Health Commissioner Stella Kyriakides said there is a need to “break the silence” and talk openly about gynaecological cancers. 

The EU, she added, has “to assure that all women in all corners of the EU, get the support, have access to the screening and the vaccination, the information and the multidisciplinary care that they should be having”.

Her hopes are on Europe’s beating cancer plan, which must bring “real change”. 

“This is what European citizens expect from us. And I also believe that we don’t have a right to fail them. We have an opportunity and we need to seize it,” Kyriakides said.

Europe’s Beating Cancer Plan was set in 2020 to tackle the entire disease pathway, from prevention to treatment, with the goal to equalise access to high-quality care, diagnosis and treatment across the block.

Inequalities across the bloc

However, access to cancer detection and treatment currently differs widely across the bloc. 

Antonella Cardone, director of the European cancer patient coalition (ECPC), said screening programs lead to a remarkable reduction in incidence and mortality but “there are major disparities in screening between the different EU member states”.

This means many women are not being diagnosed early enough when the disease is still treatable and “often curable”.

The highest incidence among all women cancers is breast cancer, which accounts for 88% of cancer cases among women. 

But the access to screening that helps early detection of cancer for people at risk ranges from 6% to 90% among member states. Screening for cervical cancer for people at risk ranges from 25% to 80% in the EU.

“These statistics represent […] early detection, which leads to early treatment, and life saved. Or late detection, which often leads to life lost,” said Kyriakides. About 40% of cancer cases are preventable through effective cancer prevention strategies. 

The Commissioner added that the EU cancer plan “aims to offer breast cancer screening to 90% of people who qualify for it by 2025.”

In addition to this, new European guidelines for breast cancer screening diagnosis are being finalised and will be launched at the end of June.

After several years, guidelines on colorectal and cervical cancer should be also released. 

They should “result in better screening and diagnosis, better information and awareness for women and better training for health workers”, Kyriakides said.

Treatment, as well as detection, is also unequal between member states. 

For example, survival rates following treatment for breast cancer vary by 20% among EU countries. 

“I am determined that all patients have the same opportunities for care, no matter where they live in the European Union. The cancer plan aims to support this goal,” Kyriakides said, adding that “psychological, social, nutritional, sexual counselling and rehabilitation programs” will be offered to patients.

More to be done to tackle women cancer

Detection and treatment are not the only parts of the plan that specifically focus on women. 

Human papillomavirus is another target. It causes cervical cancer, which is the second most common cancer among women aged 15 to 39.

The goal, Kyriakides said, “is to eliminate cervical cancer caused by the human papillomaviruses by vaccinating at least 90% of the EU target population of girls by 2030″. 

Romana Jerković, the Croatian socialist MEP and a member of the intergroup on cancer, said that although cervical cancer is preventable with immunisation “vaccination rates against the human papillomavirus are worryingly low in some European countries. It is about time that the member states wrap up their efforts and ensure that their target population is vaccinated”.

Kyriakides added that the plan also addresses “challenges faced by cancer survivors”. 

“We aim to launch the ‘better life for cancer patients’ initiatives, including the creation of a virtual European cancer patient digital centre. This will support the exchange of patient data, and monitoring of survivors’ health conditions,” she said. 

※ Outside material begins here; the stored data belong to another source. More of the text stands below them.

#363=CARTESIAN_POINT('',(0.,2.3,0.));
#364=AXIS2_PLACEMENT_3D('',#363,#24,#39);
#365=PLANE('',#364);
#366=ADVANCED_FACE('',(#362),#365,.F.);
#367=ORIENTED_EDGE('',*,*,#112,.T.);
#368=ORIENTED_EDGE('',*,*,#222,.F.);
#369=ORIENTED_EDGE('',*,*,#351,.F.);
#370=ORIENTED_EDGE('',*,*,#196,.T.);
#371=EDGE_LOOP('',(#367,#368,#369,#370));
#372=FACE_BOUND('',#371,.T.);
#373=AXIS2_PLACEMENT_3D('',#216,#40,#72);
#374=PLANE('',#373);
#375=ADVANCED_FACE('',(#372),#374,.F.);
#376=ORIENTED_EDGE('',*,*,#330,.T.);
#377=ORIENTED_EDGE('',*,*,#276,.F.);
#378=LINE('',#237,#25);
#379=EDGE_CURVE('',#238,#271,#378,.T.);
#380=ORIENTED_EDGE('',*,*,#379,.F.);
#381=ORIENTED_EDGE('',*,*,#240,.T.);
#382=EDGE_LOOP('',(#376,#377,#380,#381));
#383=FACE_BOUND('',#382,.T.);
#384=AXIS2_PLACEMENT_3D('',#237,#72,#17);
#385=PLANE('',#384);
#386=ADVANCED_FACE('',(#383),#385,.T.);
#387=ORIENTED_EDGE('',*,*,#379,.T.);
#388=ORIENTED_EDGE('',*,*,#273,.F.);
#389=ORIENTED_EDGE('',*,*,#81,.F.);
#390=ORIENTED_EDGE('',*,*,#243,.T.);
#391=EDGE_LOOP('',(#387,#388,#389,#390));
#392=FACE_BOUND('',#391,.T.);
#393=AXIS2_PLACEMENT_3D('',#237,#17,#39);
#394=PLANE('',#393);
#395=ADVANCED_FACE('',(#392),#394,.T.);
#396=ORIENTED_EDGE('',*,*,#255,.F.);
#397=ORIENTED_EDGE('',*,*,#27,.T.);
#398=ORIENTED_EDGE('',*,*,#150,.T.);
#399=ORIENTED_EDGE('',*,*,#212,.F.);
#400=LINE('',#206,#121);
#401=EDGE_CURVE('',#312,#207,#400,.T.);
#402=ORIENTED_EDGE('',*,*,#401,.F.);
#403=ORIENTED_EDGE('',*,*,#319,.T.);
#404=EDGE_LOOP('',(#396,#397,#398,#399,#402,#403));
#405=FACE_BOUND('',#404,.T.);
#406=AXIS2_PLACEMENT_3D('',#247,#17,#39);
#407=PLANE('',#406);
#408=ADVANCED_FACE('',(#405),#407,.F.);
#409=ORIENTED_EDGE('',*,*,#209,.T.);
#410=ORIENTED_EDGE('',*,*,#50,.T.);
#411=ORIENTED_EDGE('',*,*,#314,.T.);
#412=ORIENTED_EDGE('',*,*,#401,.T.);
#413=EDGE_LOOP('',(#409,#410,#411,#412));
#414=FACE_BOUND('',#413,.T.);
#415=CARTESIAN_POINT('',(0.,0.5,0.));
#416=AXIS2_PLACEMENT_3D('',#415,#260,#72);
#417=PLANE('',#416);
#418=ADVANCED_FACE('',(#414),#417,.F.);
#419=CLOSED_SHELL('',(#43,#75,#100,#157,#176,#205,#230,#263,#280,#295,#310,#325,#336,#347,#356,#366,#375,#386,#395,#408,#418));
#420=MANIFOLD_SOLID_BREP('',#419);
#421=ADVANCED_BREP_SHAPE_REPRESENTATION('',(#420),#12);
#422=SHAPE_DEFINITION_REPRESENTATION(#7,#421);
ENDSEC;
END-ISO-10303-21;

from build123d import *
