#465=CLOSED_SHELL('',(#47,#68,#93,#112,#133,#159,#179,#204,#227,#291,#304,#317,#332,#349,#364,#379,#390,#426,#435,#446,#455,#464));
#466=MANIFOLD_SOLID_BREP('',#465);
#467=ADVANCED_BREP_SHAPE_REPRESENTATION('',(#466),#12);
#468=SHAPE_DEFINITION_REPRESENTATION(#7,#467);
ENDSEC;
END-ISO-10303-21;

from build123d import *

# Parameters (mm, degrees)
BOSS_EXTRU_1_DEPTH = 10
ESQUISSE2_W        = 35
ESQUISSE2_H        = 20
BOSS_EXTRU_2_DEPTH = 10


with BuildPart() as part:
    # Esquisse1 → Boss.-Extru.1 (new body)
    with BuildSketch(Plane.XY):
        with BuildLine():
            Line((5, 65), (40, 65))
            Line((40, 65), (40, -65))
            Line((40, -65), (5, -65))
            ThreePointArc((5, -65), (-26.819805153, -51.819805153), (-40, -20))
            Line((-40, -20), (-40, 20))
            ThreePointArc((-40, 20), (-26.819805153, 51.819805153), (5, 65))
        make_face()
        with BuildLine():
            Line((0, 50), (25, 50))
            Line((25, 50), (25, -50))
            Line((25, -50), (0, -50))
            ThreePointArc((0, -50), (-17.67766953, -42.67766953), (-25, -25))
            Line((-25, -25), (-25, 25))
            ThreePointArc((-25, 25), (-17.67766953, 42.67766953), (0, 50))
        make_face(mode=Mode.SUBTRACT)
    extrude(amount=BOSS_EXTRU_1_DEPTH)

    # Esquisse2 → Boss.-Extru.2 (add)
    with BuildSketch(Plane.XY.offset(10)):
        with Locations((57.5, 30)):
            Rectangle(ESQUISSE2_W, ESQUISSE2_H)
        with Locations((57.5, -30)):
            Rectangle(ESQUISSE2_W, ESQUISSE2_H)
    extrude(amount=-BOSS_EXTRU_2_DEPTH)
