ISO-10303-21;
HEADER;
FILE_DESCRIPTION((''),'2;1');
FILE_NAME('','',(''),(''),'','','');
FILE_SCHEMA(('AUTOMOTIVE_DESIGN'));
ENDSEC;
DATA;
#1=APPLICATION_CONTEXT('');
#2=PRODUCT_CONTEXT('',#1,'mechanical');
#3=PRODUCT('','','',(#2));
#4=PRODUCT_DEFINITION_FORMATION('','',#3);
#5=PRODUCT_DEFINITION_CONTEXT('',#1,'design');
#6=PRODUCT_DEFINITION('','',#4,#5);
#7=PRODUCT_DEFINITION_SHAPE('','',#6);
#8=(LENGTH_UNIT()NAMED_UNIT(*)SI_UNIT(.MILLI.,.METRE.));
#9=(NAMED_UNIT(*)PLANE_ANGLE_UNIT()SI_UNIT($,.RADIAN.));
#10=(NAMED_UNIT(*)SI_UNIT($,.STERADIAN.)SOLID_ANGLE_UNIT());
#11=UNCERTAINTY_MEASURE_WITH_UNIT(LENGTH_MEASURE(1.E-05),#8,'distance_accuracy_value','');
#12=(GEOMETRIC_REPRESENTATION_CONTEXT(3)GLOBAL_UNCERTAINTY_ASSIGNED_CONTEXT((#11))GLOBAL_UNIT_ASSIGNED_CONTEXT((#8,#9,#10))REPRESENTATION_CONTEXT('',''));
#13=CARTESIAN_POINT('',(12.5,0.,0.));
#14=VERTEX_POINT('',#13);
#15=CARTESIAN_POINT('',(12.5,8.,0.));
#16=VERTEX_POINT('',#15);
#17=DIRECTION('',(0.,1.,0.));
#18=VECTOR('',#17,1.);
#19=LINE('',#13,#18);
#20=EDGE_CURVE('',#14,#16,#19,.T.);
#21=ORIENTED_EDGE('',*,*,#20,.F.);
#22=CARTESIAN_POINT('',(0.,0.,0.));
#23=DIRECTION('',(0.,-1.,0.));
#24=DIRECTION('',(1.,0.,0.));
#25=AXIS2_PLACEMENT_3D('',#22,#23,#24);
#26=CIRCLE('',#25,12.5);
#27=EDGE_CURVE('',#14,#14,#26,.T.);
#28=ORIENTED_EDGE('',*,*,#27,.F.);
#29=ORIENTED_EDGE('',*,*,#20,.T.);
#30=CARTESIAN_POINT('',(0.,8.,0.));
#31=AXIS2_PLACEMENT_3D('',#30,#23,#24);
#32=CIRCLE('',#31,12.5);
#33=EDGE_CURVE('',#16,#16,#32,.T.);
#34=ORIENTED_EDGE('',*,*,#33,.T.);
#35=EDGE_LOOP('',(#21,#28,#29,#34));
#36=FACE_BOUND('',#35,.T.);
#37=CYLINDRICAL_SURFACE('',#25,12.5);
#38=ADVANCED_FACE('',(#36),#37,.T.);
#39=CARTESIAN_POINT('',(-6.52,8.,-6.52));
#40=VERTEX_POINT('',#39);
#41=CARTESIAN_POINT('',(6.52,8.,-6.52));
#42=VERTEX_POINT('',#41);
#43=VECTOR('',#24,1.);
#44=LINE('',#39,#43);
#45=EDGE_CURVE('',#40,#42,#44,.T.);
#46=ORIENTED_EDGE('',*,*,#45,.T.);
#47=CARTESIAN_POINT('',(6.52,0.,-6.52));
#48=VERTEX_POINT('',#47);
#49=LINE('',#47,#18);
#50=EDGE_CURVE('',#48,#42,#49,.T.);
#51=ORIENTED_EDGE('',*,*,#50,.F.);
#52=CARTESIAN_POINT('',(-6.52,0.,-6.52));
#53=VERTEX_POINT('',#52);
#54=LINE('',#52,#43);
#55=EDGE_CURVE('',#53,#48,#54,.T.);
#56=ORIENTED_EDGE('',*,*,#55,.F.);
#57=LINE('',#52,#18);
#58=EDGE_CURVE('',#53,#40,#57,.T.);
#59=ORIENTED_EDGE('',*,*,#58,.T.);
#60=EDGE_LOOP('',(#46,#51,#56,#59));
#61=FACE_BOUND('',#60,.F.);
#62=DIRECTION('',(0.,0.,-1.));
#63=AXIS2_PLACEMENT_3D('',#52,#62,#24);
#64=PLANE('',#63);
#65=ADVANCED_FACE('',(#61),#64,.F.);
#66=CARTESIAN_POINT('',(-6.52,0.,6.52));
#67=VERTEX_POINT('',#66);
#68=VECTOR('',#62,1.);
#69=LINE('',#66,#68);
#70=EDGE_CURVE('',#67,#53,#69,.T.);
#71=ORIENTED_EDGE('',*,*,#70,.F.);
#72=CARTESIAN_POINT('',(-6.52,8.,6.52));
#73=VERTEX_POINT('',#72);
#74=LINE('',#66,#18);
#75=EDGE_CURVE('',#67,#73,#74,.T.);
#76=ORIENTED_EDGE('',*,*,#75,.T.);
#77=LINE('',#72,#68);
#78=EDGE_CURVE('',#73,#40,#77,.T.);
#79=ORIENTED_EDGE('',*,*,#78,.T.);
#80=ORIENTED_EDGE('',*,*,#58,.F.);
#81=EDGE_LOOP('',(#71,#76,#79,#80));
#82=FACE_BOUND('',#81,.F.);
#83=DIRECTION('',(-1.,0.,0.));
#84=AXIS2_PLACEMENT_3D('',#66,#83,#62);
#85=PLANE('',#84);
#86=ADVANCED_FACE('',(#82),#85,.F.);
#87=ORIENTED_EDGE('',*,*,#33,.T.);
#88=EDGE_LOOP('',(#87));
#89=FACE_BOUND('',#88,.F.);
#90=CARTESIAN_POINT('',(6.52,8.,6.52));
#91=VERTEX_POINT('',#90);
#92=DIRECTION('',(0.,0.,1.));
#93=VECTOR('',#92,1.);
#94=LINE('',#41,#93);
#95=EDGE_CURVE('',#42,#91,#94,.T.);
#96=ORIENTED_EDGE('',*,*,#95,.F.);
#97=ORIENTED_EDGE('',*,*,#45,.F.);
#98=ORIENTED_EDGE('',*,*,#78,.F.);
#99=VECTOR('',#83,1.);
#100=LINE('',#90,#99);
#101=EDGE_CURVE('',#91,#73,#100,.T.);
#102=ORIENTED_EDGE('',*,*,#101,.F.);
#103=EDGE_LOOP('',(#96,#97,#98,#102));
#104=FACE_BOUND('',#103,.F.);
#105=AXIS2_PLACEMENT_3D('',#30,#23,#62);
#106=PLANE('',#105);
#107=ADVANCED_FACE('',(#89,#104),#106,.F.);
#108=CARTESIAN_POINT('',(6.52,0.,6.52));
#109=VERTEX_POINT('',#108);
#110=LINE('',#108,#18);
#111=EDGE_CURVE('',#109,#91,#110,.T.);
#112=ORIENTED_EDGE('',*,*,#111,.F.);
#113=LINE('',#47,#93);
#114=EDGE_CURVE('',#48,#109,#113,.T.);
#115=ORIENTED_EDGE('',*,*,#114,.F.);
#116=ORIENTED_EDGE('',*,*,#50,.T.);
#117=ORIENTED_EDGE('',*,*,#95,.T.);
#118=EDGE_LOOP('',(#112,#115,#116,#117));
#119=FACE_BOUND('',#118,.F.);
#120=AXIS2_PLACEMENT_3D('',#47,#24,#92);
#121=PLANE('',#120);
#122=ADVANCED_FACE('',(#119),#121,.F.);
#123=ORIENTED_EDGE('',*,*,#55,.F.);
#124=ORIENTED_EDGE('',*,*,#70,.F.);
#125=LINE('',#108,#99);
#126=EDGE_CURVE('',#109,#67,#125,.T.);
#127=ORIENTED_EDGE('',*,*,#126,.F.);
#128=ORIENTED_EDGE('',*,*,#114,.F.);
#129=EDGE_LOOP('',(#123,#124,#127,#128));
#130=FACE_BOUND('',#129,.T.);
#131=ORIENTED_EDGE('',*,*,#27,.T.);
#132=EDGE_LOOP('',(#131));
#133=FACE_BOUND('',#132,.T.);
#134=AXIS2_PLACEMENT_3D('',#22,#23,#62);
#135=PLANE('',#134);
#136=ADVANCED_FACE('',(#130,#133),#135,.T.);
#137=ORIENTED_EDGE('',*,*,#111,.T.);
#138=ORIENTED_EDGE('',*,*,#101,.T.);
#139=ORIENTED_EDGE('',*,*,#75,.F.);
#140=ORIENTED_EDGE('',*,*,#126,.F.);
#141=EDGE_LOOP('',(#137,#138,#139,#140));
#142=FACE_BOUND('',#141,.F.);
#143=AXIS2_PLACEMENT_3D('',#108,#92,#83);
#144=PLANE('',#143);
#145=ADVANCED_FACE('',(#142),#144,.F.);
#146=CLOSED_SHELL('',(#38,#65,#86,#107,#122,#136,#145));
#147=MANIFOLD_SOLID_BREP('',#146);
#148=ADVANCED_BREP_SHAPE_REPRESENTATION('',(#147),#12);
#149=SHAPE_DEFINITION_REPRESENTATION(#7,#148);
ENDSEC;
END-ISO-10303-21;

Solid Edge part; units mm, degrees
sketch "Sketch1" plane through (0, 0, 0) normal (0, -1, 0) x (1, 0, 0)
  circle A0 centre (0, 0) radius 12.5
extrude "Protrusion1" add sketch "Sketch1" against normal blind 8
sketch "Sketch2" plane through (0, 0, 0) normal (0, -1, 0) x (1, 0, 0)
  line L0 (6.52, 6.52) -> (-6.52, 6.52)
  line L1 (-6.52, 6.52) -> (-6.52, -6.52)
  line L2 (-6.52, -6.52) -> (6.52, -6.52)
  line L3 (6.52, -6.52) -> (6.52, 6.52)
extrude "ExtrudedCutout_1" cut sketch "Sketch2" against normal blind 8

Jerković also highlighted the importance of digitalisation and better data management. 

“Better and faster exchange of the data and the information can be life-saving factors in someone’s treatment,” she said, adding that European health data space will play a huge role in cancer patients’ health data access. 

sra Urkmez, the previous co-chair of The European Network of Gynaecological Cancer Advocacy Groups (ENGAGe), warned that although Europe’s Beating Cancer Plan addresses the issues well, “it’s easier said than done”. She highlighted the importance of staying united “when it comes to such goals”.

Europe’s Beating Cancer Plan will have €4 billion of funding, including €1.25bn from the future EU4Health programme.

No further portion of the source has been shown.